What to produce: Starting at the line that holds "#133=EDGE_LOOP('',(#132));" and stopping at the line that holds "#158=EDGE_CURVE('',#151,#61,#157,.T.);", restate the records below word for word, with both of those lines included.

Records excerpted from a collection
--------

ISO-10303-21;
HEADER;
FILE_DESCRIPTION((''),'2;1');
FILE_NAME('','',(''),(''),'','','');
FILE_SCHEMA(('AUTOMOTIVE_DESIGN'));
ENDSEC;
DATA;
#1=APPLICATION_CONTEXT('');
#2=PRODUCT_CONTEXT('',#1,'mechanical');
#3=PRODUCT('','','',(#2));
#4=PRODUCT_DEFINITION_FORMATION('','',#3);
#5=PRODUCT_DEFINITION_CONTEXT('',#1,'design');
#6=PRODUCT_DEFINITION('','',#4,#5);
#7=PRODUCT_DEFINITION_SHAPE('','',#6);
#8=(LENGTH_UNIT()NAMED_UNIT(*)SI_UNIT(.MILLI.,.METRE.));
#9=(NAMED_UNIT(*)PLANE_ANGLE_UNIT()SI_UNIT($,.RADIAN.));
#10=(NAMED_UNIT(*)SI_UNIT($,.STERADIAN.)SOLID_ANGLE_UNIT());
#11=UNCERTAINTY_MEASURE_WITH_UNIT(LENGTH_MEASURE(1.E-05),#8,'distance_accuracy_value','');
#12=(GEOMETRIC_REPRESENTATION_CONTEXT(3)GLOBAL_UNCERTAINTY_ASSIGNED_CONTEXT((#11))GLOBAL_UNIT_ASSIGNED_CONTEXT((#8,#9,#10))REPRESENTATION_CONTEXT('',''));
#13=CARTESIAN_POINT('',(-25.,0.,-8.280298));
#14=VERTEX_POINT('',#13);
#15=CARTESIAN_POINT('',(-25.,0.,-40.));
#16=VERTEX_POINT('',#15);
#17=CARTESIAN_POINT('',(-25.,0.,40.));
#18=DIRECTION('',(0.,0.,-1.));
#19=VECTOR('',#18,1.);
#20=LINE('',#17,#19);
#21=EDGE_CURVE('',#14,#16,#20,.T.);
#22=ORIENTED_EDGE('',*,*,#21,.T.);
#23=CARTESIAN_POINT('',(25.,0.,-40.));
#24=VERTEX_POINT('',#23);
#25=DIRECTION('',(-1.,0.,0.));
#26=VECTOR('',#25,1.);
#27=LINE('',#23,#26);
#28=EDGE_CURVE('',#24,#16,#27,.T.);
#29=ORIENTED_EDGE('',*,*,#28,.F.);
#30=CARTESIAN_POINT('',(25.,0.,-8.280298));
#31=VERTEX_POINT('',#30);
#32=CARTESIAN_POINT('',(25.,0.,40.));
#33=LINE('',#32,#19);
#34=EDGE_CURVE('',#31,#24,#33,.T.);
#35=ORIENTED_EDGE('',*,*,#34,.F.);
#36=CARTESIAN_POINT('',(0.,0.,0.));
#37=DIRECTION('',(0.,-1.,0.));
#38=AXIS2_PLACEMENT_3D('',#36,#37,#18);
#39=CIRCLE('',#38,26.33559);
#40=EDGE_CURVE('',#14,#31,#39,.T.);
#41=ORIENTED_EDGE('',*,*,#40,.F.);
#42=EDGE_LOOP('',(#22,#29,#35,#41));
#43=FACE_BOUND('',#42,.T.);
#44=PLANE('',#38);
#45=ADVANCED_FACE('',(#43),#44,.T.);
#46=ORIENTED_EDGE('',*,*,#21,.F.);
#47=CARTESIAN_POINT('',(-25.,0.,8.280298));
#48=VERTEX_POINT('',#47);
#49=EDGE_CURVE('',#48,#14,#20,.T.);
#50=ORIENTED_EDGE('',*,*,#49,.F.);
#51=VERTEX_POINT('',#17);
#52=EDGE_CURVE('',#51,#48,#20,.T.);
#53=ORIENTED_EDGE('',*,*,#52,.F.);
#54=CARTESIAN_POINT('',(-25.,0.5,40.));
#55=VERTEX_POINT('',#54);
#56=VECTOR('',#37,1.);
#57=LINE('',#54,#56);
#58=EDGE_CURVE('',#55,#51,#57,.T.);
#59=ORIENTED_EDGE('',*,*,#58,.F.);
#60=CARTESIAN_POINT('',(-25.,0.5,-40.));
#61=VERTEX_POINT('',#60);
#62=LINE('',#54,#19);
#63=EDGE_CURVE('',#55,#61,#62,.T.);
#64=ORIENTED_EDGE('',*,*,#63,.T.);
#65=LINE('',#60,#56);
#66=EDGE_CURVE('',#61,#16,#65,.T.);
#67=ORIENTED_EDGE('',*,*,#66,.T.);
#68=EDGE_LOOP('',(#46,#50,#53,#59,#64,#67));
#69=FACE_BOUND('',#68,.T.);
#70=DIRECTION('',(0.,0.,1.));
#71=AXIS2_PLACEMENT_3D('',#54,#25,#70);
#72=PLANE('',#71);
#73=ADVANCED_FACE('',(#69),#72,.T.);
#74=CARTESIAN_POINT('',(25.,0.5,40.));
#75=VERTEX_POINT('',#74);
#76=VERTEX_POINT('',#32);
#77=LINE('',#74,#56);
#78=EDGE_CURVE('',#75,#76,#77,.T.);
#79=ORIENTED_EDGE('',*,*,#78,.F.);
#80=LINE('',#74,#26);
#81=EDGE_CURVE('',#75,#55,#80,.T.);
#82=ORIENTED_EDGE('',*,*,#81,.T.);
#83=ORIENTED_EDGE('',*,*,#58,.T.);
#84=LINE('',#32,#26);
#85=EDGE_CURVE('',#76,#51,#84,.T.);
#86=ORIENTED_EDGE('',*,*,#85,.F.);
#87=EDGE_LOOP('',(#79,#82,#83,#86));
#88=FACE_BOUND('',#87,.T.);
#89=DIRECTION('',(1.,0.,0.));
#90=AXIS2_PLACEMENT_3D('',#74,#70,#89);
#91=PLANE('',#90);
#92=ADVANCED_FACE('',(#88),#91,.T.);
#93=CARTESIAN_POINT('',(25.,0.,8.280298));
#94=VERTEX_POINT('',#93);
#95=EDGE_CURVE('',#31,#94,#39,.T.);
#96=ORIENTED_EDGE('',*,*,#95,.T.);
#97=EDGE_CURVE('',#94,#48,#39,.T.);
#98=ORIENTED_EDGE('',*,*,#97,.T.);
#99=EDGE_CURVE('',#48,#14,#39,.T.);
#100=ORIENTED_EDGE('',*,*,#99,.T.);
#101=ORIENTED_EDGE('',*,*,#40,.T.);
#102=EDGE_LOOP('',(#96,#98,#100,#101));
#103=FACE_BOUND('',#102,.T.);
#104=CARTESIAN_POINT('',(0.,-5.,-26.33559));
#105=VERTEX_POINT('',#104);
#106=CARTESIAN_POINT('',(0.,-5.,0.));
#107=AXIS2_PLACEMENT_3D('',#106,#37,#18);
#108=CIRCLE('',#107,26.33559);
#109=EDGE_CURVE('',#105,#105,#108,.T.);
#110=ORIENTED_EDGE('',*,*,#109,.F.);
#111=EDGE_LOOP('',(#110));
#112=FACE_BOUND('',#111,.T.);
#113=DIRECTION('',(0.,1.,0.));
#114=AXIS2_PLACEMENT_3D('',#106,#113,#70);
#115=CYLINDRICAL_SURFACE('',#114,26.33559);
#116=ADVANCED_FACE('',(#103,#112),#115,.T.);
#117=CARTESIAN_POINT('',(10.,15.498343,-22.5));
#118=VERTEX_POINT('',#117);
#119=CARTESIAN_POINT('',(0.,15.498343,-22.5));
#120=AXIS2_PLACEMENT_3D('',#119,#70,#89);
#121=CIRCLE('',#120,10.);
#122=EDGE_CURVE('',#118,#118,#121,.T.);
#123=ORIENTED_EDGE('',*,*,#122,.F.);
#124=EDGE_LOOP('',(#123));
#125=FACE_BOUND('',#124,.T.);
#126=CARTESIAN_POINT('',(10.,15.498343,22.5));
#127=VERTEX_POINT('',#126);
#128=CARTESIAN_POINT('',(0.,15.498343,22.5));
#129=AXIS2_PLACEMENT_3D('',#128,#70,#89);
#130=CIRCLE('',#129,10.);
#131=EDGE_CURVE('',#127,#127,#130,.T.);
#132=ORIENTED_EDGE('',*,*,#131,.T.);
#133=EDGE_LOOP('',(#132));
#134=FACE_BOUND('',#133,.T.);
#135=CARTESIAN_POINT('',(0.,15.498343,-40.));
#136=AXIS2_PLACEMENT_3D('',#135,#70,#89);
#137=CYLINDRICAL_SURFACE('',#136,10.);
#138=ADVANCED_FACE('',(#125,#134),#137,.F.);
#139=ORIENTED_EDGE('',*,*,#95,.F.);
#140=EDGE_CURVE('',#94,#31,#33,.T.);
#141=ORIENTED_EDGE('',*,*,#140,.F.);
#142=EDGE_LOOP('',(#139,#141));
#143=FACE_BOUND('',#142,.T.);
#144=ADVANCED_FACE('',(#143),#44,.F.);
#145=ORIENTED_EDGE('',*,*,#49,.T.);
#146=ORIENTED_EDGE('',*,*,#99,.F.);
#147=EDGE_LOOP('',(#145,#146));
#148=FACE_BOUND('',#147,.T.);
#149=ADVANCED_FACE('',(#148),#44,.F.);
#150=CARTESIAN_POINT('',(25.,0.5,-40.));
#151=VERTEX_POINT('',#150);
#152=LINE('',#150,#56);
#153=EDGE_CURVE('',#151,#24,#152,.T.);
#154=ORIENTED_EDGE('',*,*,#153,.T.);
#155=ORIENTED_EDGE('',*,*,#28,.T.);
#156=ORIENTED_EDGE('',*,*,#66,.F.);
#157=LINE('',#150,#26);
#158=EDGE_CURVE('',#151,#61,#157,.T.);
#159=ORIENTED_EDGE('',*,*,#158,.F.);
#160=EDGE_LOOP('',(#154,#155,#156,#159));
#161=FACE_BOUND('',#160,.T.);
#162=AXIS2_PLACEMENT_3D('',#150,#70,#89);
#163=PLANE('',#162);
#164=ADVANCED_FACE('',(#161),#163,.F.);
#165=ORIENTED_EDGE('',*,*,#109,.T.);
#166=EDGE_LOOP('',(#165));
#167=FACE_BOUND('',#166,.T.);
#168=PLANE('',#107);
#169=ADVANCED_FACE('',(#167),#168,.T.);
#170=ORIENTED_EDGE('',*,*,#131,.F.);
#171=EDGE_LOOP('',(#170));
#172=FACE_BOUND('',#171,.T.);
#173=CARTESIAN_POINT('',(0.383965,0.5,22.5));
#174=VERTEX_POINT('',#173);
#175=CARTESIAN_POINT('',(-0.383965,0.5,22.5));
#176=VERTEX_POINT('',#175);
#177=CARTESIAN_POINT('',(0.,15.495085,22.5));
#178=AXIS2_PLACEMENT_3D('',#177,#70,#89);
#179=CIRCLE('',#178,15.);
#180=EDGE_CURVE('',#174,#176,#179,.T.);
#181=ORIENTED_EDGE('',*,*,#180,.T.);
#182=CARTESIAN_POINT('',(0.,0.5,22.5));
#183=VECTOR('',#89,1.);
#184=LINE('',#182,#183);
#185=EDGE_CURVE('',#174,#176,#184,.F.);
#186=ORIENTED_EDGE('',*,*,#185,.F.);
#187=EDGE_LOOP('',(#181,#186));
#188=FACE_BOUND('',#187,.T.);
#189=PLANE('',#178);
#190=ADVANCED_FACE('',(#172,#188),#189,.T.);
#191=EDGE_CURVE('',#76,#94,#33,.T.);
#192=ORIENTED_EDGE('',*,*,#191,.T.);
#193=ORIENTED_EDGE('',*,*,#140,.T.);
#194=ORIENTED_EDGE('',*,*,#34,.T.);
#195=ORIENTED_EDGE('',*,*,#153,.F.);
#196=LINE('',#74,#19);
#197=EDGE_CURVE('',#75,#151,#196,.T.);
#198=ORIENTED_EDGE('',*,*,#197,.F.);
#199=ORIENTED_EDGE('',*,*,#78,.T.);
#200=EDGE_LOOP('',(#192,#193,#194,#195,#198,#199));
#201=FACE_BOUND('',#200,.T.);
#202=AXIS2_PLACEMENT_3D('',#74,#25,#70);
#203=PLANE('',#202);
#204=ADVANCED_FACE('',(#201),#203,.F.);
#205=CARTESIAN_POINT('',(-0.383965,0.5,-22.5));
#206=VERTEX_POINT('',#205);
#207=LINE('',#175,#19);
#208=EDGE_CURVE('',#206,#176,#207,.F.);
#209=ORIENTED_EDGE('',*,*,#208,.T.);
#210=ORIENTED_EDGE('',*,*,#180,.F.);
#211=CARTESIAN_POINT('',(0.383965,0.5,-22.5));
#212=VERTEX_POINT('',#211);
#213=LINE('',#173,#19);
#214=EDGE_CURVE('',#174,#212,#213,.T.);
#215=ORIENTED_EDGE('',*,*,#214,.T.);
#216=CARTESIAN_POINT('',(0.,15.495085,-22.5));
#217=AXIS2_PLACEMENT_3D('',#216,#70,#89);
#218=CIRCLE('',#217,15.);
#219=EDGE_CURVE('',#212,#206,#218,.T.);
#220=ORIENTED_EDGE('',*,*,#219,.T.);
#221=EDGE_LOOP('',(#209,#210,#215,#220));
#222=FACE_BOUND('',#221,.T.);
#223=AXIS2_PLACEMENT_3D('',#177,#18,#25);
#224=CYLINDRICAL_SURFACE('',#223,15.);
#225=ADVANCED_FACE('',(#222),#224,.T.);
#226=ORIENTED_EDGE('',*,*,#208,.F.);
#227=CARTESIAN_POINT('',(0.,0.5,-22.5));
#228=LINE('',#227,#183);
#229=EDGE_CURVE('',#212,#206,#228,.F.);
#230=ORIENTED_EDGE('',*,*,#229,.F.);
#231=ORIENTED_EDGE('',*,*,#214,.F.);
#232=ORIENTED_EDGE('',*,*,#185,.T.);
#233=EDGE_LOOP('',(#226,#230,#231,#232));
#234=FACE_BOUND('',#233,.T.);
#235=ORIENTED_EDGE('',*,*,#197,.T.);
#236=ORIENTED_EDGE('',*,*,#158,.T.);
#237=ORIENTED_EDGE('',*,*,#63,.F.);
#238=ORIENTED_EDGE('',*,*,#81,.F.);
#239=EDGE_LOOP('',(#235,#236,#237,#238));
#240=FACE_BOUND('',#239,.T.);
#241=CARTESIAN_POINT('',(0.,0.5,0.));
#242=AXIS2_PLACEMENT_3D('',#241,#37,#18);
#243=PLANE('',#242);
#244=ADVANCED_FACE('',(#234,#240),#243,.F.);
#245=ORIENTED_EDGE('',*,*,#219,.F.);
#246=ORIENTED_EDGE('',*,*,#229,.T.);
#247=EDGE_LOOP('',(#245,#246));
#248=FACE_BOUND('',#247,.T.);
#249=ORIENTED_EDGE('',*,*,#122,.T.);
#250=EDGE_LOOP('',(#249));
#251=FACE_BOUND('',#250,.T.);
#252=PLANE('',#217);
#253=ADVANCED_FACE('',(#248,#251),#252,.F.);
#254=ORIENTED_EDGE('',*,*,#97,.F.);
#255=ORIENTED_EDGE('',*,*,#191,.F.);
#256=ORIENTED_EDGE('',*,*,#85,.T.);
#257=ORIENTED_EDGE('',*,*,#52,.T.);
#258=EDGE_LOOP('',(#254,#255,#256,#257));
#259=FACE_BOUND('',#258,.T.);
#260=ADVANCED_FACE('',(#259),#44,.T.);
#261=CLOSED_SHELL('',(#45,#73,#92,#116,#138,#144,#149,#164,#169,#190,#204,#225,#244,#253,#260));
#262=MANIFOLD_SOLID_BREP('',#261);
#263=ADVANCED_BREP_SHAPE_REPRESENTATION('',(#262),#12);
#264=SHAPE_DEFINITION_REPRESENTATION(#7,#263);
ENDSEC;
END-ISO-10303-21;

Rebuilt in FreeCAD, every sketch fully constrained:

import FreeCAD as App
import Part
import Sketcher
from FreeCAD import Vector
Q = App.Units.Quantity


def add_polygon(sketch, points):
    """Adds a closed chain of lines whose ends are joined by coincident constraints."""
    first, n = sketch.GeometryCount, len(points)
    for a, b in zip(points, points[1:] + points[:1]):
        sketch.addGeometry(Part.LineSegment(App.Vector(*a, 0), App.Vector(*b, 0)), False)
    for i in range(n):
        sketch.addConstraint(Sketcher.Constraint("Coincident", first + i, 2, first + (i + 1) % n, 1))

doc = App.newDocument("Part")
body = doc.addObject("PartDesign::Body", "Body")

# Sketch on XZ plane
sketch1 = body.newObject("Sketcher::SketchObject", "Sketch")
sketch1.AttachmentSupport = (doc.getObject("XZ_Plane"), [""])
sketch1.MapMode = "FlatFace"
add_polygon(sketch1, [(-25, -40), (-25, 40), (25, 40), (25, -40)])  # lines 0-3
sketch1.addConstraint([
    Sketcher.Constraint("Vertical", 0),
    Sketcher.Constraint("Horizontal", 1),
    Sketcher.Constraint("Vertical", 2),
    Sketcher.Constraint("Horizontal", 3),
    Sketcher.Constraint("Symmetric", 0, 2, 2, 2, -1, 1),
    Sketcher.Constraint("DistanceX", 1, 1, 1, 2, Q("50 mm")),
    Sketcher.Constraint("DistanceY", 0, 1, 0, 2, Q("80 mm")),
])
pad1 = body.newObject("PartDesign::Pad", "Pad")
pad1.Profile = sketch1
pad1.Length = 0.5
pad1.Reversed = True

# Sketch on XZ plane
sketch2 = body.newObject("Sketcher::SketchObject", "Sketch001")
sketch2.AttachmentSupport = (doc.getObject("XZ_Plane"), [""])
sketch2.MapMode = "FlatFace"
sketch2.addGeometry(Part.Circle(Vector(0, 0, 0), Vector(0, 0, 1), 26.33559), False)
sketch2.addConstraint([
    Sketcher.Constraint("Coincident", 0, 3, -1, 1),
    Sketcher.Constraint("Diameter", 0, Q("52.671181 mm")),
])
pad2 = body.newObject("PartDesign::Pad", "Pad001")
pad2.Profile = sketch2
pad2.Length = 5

--------

Your response:
#133=EDGE_LOOP('',(#132));
#134=FACE_BOUND('',#133,.T.);
#135=CARTESIAN_POINT('',(0.,15.498343,-40.));
#136=AXIS2_PLACEMENT_3D('',#135,#70,#89);
#137=CYLINDRICAL_SURFACE('',#136,10.);
#138=ADVANCED_FACE('',(#125,#134),#137,.F.);
#139=ORIENTED_EDGE('',*,*,#95,.F.);
#140=EDGE_CURVE('',#94,#31,#33,.T.);
#141=ORIENTED_EDGE('',*,*,#140,.F.);
#142=EDGE_LOOP('',(#139,#141));
#143=FACE_BOUND('',#142,.T.);
#144=ADVANCED_FACE('',(#143),#44,.F.);
#145=ORIENTED_EDGE('',*,*,#49,.T.);
#146=ORIENTED_EDGE('',*,*,#99,.F.);
#147=EDGE_LOOP('',(#145,#146));
#148=FACE_BOUND('',#147,.T.);
#149=ADVANCED_FACE('',(#148),#44,.F.);
#150=CARTESIAN_POINT('',(25.,0.5,-40.));
#151=VERTEX_POINT('',#150);
#152=LINE('',#150,#56);
#153=EDGE_CURVE('',#151,#24,#152,.T.);
#154=ORIENTED_EDGE('',*,*,#153,.T.);
#155=ORIENTED_EDGE('',*,*,#28,.T.);
#156=ORIENTED_EDGE('',*,*,#66,.F.);
#157=LINE('',#150,#26);
#158=EDGE_CURVE('',#151,#61,#157,.T.);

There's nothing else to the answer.